広大な森となだらかな丘陵に抱かれるようにしていくつかの教会と火葬場、そして無数の墓地が点在するそこは、1940年、建築家のエリック・グンナー・アスプルンドとジーグルド・レウレンツの手によってストックホルム郊外につくられた。アスプルンドはときに「北欧近代建築の父」とも呼ばれ、アルヴァー・アールトにもたいへん大きな影響をあたえたひとである。
じつは当初、ここを訪れる予定はなかった。「森の火葬場」のことは以前から知っていたし、そのすばらしさについて何人かのひとの口から聞かされていたにもかかわらず。その理由をひとことで言えば、「『火葬場』という特殊な場所にゆくという感覚がわからなかったから」である。漠然とした恐怖心のようなものもあったし、なによりそこは「興味本位に訪れるべきではない不可侵の聖域」という印象がつよくあった。
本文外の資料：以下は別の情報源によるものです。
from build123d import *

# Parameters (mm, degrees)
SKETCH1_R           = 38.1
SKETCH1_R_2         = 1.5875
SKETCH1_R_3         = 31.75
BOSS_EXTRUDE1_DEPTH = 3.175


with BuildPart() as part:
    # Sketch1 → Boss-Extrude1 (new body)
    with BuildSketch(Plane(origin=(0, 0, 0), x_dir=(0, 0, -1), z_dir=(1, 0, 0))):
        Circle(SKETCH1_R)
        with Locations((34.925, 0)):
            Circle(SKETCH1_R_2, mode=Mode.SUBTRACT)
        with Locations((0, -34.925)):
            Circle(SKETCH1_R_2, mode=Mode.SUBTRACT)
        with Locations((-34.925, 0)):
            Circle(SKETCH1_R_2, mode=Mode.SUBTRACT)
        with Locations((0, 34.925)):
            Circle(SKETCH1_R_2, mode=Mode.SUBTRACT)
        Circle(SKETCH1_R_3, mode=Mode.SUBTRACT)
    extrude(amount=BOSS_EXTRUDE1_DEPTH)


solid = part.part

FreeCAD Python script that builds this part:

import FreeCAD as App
import Part
import Sketcher
from FreeCAD import Vector
Q = App.Units.Quantity

doc = App.newDocument("Part")
body = doc.addObject("PartDesign::Body", "Body")

# Sketch on YZ plane
sketch1 = body.newObject("Sketcher::SketchObject", "Sketch")
sketch1.AttachmentSupport = (doc.getObject("YZ_Plane"), [""])
sketch1.MapMode = "FlatFace"
sketch1.addGeometry([
    Part.Circle(Vector(0, 0, 0), Vector(0, 0, 1), 38.1),  # 0
    Part.Circle(Vector(-34.9, 0, 0), Vector(0, 0, 1), 1.6),  # 1
    Part.Circle(Vector(0, 34.9, 0), Vector(0, 0, 1), 1.6),  # 2
    Part.Circle(Vector(0, 0, 0), Vector(0, 0, 1), 31.8),  # 3
    Part.Circle(Vector(0, -34.9, 0), Vector(0, 0, 1), 1.6),  # 4
    Part.Circle(Vector(34.9, 0, 0), Vector(0, 0, 1), 1.6),  # 5
], False)
sketch1.addConstraint([
    Sketcher.Constraint("Coincident", 0, 3, -1, 1),
    Sketcher.Constraint("Coincident", 3, 3, -1, 1),
    Sketcher.Constraint("Equal", 1, 2),
    Sketcher.Constraint("Equal", 2, 4),
    Sketcher.Constraint("Equal", 4, 5),
    Sketcher.Constraint("Symmetric", 2, 3, 4, 3, -1, 1),
    Sketcher.Constraint("Symmetric", 1, 3, 5, 3, -1, 1),
    Sketcher.Constraint("PointOnObject", 1, 3, -1),
    Sketcher.Constraint("PointOnObject", 2, 3, -2),
    Sketcher.Constraint("Diameter", 0, Q("3 in")),
    Sketcher.Constraint("Diameter", 3, Q("2.5 in")),
    Sketcher.Constraint("Diameter", 1, Q("0.125 in")),
    Sketcher.Constraint("DistanceY", 4, 3, 2, 3, Q("2.75 in")),
    Sketcher.Constraint("DistanceX", 1, 3, 5, 3, Q("2.75 in")),
])
pad1 = body.newObject("PartDesign::Pad", "Pad")
pad1.Profile = sketch1
pad1.Length = Q("0.125 in")

doc.recompute()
けれども北欧へと旅立つ数日前、やはりそこを訪ねるべきではないか、訪ねなければ後悔するかもしれないという思いがもくもくと湧きおこり、けっきょく予定に組み入れることにしたのだ。決断はまちがっていなかった。
さて、この旅行記を終えるためには、どうしたってこの場所について書かなければならないとずっとかんがえていた。けれども、遅々として筆が進まなかったのは、ここで受けたつよい印象、そして感じた情感は、けっして「ことば」によって語りうるものではないということがわかってしまったからだ。ここはだれかのために心静かに祈りを捧げる場所、つまり「『ことば』を必要としない場所」なのだ。
じっさい訪れた「森の火葬場」は、思いのほか殺風景でも、陰鬱でもなかった。ふくよかな木々の蒼(あお)、木立をわたる風の音、色とりどりの可憐な花々やキノコ、リスやさまざまな鳥たちの声とその姿、そしてこうした景色のなかに完全に溶け込んでしまったかのようにみえる慎ましいたたずまいの建物と無数の墓標群ーそこに立ち、たくさんの「いのち」の声が語りかけてくるものをききながら、むしろ、ぼくの心はとても平和におだやかになってゆくのを感じていた。
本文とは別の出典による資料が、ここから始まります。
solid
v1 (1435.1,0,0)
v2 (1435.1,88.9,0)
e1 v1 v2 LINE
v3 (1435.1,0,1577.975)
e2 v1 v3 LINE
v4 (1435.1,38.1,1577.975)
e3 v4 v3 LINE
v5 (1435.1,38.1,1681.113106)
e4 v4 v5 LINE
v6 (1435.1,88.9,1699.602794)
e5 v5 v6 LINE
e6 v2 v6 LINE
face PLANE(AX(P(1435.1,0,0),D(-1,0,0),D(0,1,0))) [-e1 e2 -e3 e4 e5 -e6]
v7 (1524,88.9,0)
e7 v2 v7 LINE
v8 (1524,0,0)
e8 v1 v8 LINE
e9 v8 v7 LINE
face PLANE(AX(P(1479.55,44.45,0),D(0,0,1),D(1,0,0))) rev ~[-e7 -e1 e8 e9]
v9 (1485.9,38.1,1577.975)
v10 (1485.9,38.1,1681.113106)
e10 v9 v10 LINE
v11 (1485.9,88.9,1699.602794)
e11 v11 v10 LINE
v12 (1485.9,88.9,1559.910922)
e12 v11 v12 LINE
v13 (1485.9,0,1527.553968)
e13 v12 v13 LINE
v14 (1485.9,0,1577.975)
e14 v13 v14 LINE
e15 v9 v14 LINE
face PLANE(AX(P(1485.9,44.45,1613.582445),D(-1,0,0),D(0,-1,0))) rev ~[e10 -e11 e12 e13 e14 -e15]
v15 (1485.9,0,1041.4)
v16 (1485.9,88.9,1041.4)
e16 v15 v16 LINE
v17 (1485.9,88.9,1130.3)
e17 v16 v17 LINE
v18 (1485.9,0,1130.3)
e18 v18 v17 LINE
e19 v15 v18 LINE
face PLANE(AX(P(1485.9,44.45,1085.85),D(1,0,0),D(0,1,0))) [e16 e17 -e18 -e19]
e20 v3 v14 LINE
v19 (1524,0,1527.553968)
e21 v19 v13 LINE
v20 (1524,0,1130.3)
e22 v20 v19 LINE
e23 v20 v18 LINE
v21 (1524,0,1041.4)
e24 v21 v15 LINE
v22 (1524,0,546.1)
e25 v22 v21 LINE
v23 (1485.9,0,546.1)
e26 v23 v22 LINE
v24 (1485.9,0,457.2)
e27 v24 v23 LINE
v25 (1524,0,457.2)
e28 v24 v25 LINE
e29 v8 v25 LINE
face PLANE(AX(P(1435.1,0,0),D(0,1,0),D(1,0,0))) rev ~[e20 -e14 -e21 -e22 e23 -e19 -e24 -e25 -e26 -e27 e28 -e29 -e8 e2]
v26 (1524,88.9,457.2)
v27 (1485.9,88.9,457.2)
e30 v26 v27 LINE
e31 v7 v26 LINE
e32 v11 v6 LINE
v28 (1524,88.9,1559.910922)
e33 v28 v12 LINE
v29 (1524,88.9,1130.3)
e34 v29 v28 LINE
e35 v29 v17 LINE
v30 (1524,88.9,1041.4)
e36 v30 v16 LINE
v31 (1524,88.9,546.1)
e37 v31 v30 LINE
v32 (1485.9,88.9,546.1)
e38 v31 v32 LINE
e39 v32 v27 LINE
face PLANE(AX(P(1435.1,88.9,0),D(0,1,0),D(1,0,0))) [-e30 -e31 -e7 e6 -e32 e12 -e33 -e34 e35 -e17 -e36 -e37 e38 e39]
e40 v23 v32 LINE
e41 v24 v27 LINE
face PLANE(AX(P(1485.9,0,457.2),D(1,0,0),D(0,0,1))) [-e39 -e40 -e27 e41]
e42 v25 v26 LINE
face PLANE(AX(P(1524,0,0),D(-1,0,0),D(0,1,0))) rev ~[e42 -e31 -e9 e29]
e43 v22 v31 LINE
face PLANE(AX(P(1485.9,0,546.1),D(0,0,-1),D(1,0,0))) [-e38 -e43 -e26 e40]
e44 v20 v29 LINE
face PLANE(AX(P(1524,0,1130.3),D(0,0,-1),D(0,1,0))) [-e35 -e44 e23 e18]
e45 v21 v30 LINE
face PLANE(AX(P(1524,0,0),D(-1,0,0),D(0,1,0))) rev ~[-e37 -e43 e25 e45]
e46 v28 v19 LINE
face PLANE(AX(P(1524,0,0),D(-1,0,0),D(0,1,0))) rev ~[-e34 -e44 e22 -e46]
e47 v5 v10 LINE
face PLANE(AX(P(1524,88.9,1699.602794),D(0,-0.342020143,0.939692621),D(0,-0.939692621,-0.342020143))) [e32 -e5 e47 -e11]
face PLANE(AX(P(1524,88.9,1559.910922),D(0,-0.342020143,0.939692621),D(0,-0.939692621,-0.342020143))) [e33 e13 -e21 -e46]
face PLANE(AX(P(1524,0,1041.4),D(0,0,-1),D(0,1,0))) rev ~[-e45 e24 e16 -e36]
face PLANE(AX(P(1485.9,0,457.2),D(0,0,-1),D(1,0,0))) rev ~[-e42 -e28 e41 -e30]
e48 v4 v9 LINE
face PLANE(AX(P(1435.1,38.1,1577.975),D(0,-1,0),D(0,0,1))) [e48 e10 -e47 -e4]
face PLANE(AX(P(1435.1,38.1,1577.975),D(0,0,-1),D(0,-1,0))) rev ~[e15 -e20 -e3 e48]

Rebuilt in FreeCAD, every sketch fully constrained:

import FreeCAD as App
import Part
import Sketcher
Q = App.Units.Quantity

doc = App.newDocument("Part")
body = doc.addObject("PartDesign::Body", "Body")

sketch1 = body.newObject("Sketcher::SketchObject", "Sketch")
sketch1.AttachmentSupport = (doc.getObject("XY_Plane"), [""])
sketch1.MapMode = "FlatFace"
sketch1.addGeometry(Part.LineSegment(App.Vector(1435, 89, 0), App.Vector(1435, 0, 0)), False)
sketch1.addGeometry(Part.LineSegment(App.Vector(1435, 0, 0), App.Vector(1524, 0, 0)), False)
sketch1.addGeometry(Part.LineSegment(App.Vector(1524, 0, 0), App.Vector(1524, 89, 0)), False)
sketch1.addGeometry(Part.LineSegment(App.Vector(1524, 89, 0), App.Vector(1435, 89, 0)), False)
sketch1.addConstraint(Sketcher.Constraint("Coincident", 0, 2, 1, 1))
sketch1.addConstraint(Sketcher.Constraint("Coincident", 1, 2, 2, 1))
sketch1.addConstraint(Sketcher.Constraint("Coincident", 2, 2, 3, 1))
sketch1.addConstraint(Sketcher.Constraint("Coincident", 3, 2, 0, 1))
sketch1.addConstraint(Sketcher.Constraint("Vertical", 0))
sketch1.addConstraint(Sketcher.Constraint("Horizontal", 1))
sketch1.addConstraint(Sketcher.Constraint("Vertical", 2))
sketch1.addConstraint(Sketcher.Constraint("Horizontal", 3))
sketch1.addConstraint(Sketcher.Constraint("PointOnObject", 0, 2, -1))
sketch1.addConstraint(Sketcher.Constraint("Equal", 3, 0))
sketch1.addConstraint(Sketcher.Constraint("DistanceX", 1, 1, 1, 2, Q("3.5 in")))
sketch1.addConstraint(Sketcher.Constraint("DistanceX", -1, 1, 1, 2, Q("60 in")))
pad1 = body.newObject("PartDesign::Pad", "Pad")
pad1.Profile = sketch1
pad1.Length = Q("96 in")

sketch2 = body.newObject("Sketcher::SketchObject", "Sketch001")
sketch2.AttachmentSupport = (doc.getObject("XZ_Plane"), [""])
sketch2.MapMode = "FlatFace"
sketch2.addGeometry(Part.LineSegment(App.Vector(1486, 546, 0), App.Vector(1486, 457, 0)), False)
sketch2.addGeometry(Part.LineSegment(App.Vector(1486, 457, 0), App.Vector(1524, 457, 0)), False)
sketch2.addGeometry(Part.LineSegment(App.Vector(1524, 457, 0), App.Vector(1524, 546, 0)), False)
sketch2.addGeometry(Part.LineSegment(App.Vector(1524, 546, 0), App.Vector(1486, 546, 0)), False)
sketch2.addConstraint(Sketcher.Constraint("Coincident", 0, 2, 1, 1))
sketch2.addConstraint(Sketcher.Constraint("Coincident", 1, 2, 2, 1))
sketch2.addConstraint(Sketcher.Constraint("Coincident", 2, 2, 3, 1))
sketch2.addConstraint(Sketcher.Constraint("Coincident", 3, 2, 0, 1))
sketch2.addConstraint(Sketcher.Constraint("Vertical", 0))
sketch2.addConstraint(Sketcher.Constraint("Horizontal", 1))
sketch2.addConstraint(Sketcher.Constraint("Vertical", 2))
sketch2.addConstraint(Sketcher.Constraint("Horizontal", 3))
sketch2.addConstraint(Sketcher.Constraint("DistanceX", 1, 1, 1, 2, Q("1.5 in")))
sketch2.addConstraint(Sketcher.Constraint("DistanceY", 0, 2, 0, 1, Q("3.5 in")))
sketch2.addConstraint(Sketcher.Constraint("DistanceY", -1, 1, 0, 2, Q("18 in")))
sketch2.addConstraint(Sketcher.Constraint("DistanceX", -1, 1, 1, 2, Q("60 in")))
pocket1 = body.newObject("PartDesign::Pocket", "Pocket")
pocket1.Profile = sketch2
pocket1.Type = "ThroughAll"

sketch3 = body.newObject("Sketcher::SketchObject", "Sketch002")
sketch3.AttachmentSupport = (doc.getObject("YZ_Plane"), [""])
sketch3.MapMode = "FlatFace"
sketch3.AttachmentOffset = App.Placement(App.Vector(0, 0, 60 * 25.4), App.Rotation())
sketch3.addGeometry(Part.LineSegment(App.Vector(0, 2438, 0), App.Vector(0, 1667, 0)), False)
sketch3.addGeometry(Part.LineSegment(App.Vector(0, 1667, 0), App.Vector(89, 1700, 0)), False)
sketch3.addGeometry(Part.LineSegment(App.Vector(89, 1700, 0), App.Vector(89, 2438, 0)), False)
sketch3.addGeometry(Part.LineSegment(App.Vector(89, 2438, 0), App.Vector(0, 2438, 0)), False)
sketch3.addConstraint(Sketcher.Constraint("Coincident", 0, 2, 1, 1))
sketch3.addConstraint(Sketcher.Constraint("Coincident", 1, 2, 2, 1))
sketch3.addConstraint(Sketcher.Constraint("Coincident", 2, 2, 3, 1))
sketch3.addConstraint(Sketcher.Constraint("Coincident", 3, 2, 0, 1))
sketch3.addConstraint(Sketcher.Constraint("Vertical", 0))
sketch3.addConstraint(Sketcher.Constraint("Vertical", 2))
sketch3.addConstraint(Sketcher.Constraint("Horizontal", 3))
sketch3.addConstraint(Sketcher.Constraint("PointOnObject", 0, 2, -2))
sketch3.addConstraint(Sketcher.Constraint("DistanceX", 3, 2, 3, 1, Q("3.5 in")))
sketch3.addConstraint(Sketcher.Constraint("DistanceY", -1, 1, 2, 2, Q("96 in")))
sketch3.addConstraint(Sketcher.Constraint("Angle", 1, Q("20 deg")))
sketch3.addConstraint(Sketcher.Constraint("DistanceY", 0, 2, 0, 1, Q("30.3604 in")))
pocket2 = body.newObject("PartDesign::Pocket", "Pocket001")
pocket2.Profile = sketch3
pocket2.Type = "ThroughAll"

sketch4 = body.newObject("Sketcher::SketchObject", "Sketch003")
sketch4.AttachmentSupport = (doc.getObject("YZ_Plane"), [""])
sketch4.MapMode = "FlatFace"
sketch4.AttachmentOffset = App.Placement(App.Vector(0, 0, 60 * 25.4), App.Rotation())
sketch4.addGeometry(Part.LineSegment(App.Vector(89, 1700, 0), App.Vector(0, 1667, 0)), False)
sketch4.addGeometry(Part.LineSegment(App.Vector(0, 1667, 0), App.Vector(0, 1528, 0)), False)
sketch4.addGeometry(Part.LineSegment(App.Vector(0, 1528, 0), App.Vector(89, 1560, 0)), False)
sketch4.addGeometry(Part.LineSegment(App.Vector(89, 1560, 0), App.Vector(89, 1700, 0)), False)
sketch4.addConstraint(Sketcher.Constraint("Coincident", 0, 2, 1, 1))
sketch4.addConstraint(Sketcher.Constraint("Coincident", 1, 2, 2, 1))
sketch4.addConstraint(Sketcher.Constraint("Coincident", 2, 2, 3, 1))
sketch4.addConstraint(Sketcher.Constraint("Coincident", 3, 2, 0, 1))
sketch4.addConstraint(Sketcher.Constraint("Vertical", 1))
sketch4.addConstraint(Sketcher.Constraint("Vertical", 3))
sketch4.addConstraint(Sketcher.Constraint("PointOnObject", 0, 2, -2))
sketch4.addConstraint(Sketcher.Constraint("Parallel", 0, 2))
sketch4.addConstraint(Sketcher.Constraint("DistanceY", 1, 2, 1, 1, Q("5.5 in")))
sketch4.addConstraint(Sketcher.Constraint("Angle", 0, Q("-160 deg")))
sketch4.addConstraint(Sketcher.Constraint("DistanceX", -1, 1, 2, 2, Q("3.5 in")))
sketch4.addConstraint(Sketcher.Constraint("DistanceY", -1, 1, 0, 2, 1667.253968))
pocket3 = body.newObject("PartDesign::Pocket", "Pocket002")
pocket3.Profile = sketch4
pocket3.Length = Q("1.5 in")

sketch5 = body.newObject("Sketcher::SketchObject", "Sketch004")
sketch5.AttachmentSupport = (doc.getObject("YZ_Plane"), [""])
sketch5.MapMode = "FlatFace"
sketch5.AttachmentOffset = App.Placement(App.Vector(0, 0, 56.5 * 25.4), App.Rotation())
sketch5.addGeometry(Part.LineSegment(App.Vector(38, 1692, 0), App.Vector(38, 1578, 0)), False)
sketch5.addGeometry(Part.LineSegment(App.Vector(38, 1578, 0), App.Vector(0, 1578, 0)), False)
sketch5.addGeometry(Part.LineSegment(App.Vector(0, 1578, 0), App.Vector(0, 1692, 0)), False)
sketch5.addGeometry(Part.LineSegment(App.Vector(0, 1692, 0), App.Vector(38, 1692, 0)), False)
sketch5.addConstraint(Sketcher.Constraint("Coincident", 0, 2, 1, 1))
sketch5.addConstraint(Sketcher.Constraint("Coincident", 1, 2, 2, 1))
sketch5.addConstraint(Sketcher.Constraint("Coincident", 2, 2, 3, 1))
sketch5.addConstraint(Sketcher.Constraint("Coincident", 3, 2, 0, 1))
sketch5.addConstraint(Sketcher.Constraint("Vertical", 0))
sketch5.addConstraint(Sketcher.Constraint("Horizontal", 1))
sketch5.addConstraint(Sketcher.Constraint("Vertical", 2))
sketch5.addConstraint(Sketcher.Constraint("Horizontal", 3))
sketch5.addConstraint(Sketcher.Constraint("PointOnObject", 1, 2, -2))
sketch5.addConstraint(Sketcher.Constraint("DistanceX", 1, 2, 1, 1, Q("1.5 in")))
sketch5.addConstraint(Sketcher.Constraint("DistanceY", 0, 2, 0, 1, Q("4.5 in")))
sketch5.addConstraint(Sketcher.Constraint("DistanceY", -1, 1, 0, 2, Q("62.125 in")))
pocket4 = body.newObject("PartDesign::Pocket", "Pocket003")
pocket4.Profile = sketch5
pocket4.Type = "ThroughAll"
pocket4.Reversed = True

sketch6 = body.newObject("Sketcher::SketchObject", "Sketch005")
sketch6.AttachmentSupport = (doc.getObject("YZ_Plane"), [""])
sketch6.MapMode = "FlatFace"
sketch6.AttachmentOffset = App.Placement(App.Vector(0, 0, 60 * 25.4), App.Rotation())
sketch6.addGeometry(Part.LineSegment(App.Vector(0, 1130, 0), App.Vector(0, 1041, 0)), False)
sketch6.addGeometry(Part.LineSegment(App.Vector(0, 1041, 0), App.Vector(89, 1041, 0)), False)
sketch6.addGeometry(Part.LineSegment(App.Vector(89, 1041, 0), App.Vector(89, 1130, 0)), False)
sketch6.addGeometry(Part.LineSegment(App.Vector(89, 1130, 0), App.Vector(0, 1130, 0)), False)
sketch6.addConstraint(Sketcher.Constraint("Coincident", 0, 2, 1, 1))
sketch6.addConstraint(Sketcher.Constraint("Coincident", 1, 2, 2, 1))
sketch6.addConstraint(Sketcher.Constraint("Coincident", 2, 2, 3, 1))
sketch6.addConstraint(Sketcher.Constraint("Coincident", 3, 2, 0, 1))
sketch6.addConstraint(Sketcher.Constraint("Vertical", 0))
sketch6.addConstraint(Sketcher.Constraint("Horizontal", 1))
sketch6.addConstraint(Sketcher.Constraint("Vertical", 2))
sketch6.addConstraint(Sketcher.Constraint("Horizontal", 3))
sketch6.addConstraint(Sketcher.Constraint("PointOnObject", 0, 2, -2))
sketch6.addConstraint(Sketcher.Constraint("Equal", 3, 0))
sketch6.addConstraint(Sketcher.Constraint("DistanceX", 1, 1, 1, 2, Q("3.5 in")))
sketch6.addConstraint(Sketcher.Constraint("DistanceY", -1, 1, 0, 2, Q("41 in")))
pocket5 = body.newObject("PartDesign::Pocket", "Pocket004")
pocket5.Profile = sketch6
pocket5.Length = Q("1.5 in")

doc.recompute()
もうひとつ、どうしてもつけくわえたいのは、ここはアスプルンドとレウレンツというふたりの建築家によってつくられた場所にちがいないけれど、それだけではけっしてないということだ。ここを散策していた数時間に、ぼくはほんとうにたくさんのひとびとの姿を目にした。シャベルと花を手にお参りにきた老人たち、葬列に参加する老若男女、そしてこの場所ではたらく大勢のひとびとの姿だ。その姿からは、かれらがいかにこの場所を愛し、誇りに思っているかがひしひしと伝わってきた。かれらひとりひとりの思いと献身的なしごとがあってはじめて、この場所はいつまでも守られ、「特別な場所」でありつづけることができるのだ。そしてもしかしたら、そこでもっともぼくを感動させたものは、じつのところそんなさりげないかれらの「姿」であったかもしれない。
さて、お送りしてきました「旅のカフェ日記」はこれにておしまいです。ご愛読ありがとうございました。